Material provided ::
__________
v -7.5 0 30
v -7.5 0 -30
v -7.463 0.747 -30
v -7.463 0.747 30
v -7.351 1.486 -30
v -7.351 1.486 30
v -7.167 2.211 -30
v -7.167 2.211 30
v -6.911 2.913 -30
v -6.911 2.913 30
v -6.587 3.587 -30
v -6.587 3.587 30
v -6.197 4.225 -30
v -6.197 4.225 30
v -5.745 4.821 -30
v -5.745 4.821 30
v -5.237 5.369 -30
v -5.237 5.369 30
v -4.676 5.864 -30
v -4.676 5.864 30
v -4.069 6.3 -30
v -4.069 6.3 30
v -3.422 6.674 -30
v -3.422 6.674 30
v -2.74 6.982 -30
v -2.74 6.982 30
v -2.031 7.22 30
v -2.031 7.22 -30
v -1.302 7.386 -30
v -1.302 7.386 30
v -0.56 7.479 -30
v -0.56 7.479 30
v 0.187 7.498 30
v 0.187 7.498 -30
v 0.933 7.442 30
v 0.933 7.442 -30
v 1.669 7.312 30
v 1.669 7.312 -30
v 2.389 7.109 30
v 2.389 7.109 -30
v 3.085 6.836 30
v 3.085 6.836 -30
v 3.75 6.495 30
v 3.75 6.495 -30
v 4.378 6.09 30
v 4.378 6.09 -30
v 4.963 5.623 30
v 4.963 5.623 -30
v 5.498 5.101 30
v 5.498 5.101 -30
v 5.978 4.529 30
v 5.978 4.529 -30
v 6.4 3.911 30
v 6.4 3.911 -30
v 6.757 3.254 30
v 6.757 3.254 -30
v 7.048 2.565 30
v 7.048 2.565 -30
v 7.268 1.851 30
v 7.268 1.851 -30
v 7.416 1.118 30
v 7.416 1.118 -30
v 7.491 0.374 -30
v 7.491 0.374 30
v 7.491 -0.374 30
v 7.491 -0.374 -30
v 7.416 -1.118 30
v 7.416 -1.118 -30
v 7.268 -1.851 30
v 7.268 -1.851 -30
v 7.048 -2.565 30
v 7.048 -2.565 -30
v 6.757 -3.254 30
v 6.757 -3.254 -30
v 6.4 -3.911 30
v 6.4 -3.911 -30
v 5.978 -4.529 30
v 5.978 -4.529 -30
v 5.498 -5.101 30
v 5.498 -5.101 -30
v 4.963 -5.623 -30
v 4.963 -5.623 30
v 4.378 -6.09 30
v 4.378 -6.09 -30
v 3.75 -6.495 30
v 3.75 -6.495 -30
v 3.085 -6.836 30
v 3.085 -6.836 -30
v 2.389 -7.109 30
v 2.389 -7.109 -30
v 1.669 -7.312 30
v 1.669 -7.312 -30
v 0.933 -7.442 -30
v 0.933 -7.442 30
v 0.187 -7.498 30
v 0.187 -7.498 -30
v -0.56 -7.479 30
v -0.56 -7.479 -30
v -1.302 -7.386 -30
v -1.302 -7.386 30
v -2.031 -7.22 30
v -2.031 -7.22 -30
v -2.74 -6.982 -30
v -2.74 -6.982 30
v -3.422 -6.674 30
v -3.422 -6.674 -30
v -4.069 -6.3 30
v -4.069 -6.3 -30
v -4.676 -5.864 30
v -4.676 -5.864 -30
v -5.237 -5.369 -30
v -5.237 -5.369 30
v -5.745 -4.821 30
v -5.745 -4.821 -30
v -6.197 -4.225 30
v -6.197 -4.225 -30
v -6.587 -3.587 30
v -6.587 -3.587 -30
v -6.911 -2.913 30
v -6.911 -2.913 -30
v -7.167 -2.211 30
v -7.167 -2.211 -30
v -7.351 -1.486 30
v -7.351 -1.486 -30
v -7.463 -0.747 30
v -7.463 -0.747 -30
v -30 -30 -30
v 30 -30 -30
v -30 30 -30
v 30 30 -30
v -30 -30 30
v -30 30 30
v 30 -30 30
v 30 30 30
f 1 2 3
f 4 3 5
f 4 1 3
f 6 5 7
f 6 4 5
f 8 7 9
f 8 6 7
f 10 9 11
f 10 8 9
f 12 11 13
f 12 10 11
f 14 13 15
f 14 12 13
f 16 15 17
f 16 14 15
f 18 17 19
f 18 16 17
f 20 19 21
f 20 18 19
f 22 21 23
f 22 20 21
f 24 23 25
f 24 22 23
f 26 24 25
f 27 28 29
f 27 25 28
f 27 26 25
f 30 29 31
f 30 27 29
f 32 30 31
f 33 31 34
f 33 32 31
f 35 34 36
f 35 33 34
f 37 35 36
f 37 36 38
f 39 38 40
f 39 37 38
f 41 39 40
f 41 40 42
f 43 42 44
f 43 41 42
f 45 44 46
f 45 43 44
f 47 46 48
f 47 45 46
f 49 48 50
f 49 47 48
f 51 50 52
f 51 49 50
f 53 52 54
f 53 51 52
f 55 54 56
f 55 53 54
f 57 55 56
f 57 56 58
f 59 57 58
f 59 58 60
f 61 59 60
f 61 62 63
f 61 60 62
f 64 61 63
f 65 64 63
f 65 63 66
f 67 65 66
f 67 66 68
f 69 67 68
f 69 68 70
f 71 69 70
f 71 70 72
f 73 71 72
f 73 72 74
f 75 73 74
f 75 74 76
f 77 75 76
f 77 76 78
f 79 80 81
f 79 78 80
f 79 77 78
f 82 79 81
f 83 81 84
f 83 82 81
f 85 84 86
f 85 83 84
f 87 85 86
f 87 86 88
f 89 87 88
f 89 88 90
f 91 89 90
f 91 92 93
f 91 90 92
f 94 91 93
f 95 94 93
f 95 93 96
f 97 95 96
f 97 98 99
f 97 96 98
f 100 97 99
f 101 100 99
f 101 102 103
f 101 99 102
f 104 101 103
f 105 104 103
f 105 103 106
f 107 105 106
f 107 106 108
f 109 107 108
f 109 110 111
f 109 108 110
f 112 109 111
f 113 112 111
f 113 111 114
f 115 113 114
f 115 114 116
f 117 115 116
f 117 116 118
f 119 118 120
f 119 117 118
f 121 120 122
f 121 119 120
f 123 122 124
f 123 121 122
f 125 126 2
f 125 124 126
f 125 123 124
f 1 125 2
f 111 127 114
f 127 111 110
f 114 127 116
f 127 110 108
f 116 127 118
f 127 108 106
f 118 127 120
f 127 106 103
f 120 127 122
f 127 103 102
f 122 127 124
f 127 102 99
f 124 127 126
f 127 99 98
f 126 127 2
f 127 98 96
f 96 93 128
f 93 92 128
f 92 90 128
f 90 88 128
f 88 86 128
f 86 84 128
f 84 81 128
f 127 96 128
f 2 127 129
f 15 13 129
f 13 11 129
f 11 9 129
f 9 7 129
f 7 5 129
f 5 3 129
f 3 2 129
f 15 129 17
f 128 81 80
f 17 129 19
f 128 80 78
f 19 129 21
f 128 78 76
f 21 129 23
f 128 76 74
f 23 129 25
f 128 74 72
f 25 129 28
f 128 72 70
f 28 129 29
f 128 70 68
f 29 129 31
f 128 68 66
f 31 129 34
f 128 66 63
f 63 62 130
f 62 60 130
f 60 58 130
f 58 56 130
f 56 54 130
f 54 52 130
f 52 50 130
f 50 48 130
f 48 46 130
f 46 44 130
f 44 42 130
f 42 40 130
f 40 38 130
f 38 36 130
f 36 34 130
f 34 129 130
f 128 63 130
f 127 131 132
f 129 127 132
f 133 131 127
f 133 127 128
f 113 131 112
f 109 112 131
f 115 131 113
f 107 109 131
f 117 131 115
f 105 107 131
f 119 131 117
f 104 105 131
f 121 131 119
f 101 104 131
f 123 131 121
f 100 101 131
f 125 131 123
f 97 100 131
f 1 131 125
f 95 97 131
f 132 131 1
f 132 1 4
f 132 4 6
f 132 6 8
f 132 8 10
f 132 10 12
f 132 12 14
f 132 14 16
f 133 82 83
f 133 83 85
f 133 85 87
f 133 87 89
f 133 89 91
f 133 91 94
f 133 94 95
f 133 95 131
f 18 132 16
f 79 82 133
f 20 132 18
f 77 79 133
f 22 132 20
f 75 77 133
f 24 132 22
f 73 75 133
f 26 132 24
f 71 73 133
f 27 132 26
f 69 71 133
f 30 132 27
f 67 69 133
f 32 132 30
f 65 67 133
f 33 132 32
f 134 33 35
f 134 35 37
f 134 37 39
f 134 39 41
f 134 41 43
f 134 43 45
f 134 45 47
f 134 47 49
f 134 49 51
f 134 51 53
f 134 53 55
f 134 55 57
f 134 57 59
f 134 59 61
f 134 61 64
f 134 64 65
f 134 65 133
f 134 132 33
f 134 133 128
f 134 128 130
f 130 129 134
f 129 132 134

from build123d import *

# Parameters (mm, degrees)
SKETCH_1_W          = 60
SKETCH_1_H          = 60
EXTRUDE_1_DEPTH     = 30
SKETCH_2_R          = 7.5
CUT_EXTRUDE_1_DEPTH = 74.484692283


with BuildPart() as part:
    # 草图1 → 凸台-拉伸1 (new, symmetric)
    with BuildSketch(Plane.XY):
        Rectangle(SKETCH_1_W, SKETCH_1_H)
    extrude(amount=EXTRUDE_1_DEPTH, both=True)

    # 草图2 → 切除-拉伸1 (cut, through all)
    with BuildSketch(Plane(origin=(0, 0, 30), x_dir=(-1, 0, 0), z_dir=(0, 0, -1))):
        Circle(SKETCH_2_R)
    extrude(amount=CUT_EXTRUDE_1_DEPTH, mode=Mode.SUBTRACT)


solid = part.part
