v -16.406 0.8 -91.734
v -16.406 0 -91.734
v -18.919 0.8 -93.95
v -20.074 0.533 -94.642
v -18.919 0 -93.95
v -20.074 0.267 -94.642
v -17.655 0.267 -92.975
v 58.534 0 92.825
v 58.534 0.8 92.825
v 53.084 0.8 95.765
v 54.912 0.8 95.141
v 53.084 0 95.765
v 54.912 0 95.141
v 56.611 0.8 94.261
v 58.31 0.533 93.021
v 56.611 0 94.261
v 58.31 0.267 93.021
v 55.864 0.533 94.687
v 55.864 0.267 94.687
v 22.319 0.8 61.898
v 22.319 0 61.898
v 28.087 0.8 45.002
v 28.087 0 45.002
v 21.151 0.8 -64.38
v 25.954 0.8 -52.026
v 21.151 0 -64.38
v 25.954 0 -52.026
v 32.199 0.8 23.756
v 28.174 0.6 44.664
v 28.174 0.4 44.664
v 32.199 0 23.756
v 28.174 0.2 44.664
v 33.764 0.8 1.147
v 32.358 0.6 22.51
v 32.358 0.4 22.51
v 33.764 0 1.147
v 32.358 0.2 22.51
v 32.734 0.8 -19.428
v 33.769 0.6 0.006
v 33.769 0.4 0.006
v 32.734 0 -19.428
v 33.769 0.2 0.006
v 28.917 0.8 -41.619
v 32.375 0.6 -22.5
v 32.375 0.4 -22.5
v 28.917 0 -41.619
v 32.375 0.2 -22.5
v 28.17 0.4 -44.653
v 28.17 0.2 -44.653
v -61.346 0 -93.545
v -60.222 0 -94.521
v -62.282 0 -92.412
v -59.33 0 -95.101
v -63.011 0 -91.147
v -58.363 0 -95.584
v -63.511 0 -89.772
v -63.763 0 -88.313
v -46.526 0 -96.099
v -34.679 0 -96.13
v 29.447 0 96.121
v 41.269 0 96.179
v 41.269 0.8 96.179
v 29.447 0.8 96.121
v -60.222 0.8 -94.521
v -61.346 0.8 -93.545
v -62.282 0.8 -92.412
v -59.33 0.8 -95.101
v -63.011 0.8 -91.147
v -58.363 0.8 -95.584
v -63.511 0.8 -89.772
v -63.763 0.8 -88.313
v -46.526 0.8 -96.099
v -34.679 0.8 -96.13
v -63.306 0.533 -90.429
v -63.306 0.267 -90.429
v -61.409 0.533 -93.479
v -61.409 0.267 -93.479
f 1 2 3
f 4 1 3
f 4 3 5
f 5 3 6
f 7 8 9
__________
Exercise instructions ::
Return only the part of the records above that opens with the line containing "v -0.56 -7.479 -30" and closes with the line containing "v -5.237 -5.369 -30", ends included.

Reply to the exercise ::
v -0.56 -7.479 -30
v -1.302 -7.386 -30
v -1.302 -7.386 30
v -2.031 -7.22 30
v -2.031 -7.22 -30
v -2.74 -6.982 -30
v -2.74 -6.982 30
v -3.422 -6.674 30
v -3.422 -6.674 -30
v -4.069 -6.3 30
v -4.069 -6.3 -30
v -4.676 -5.864 30
v -4.676 -5.864 -30
v -5.237 -5.369 -30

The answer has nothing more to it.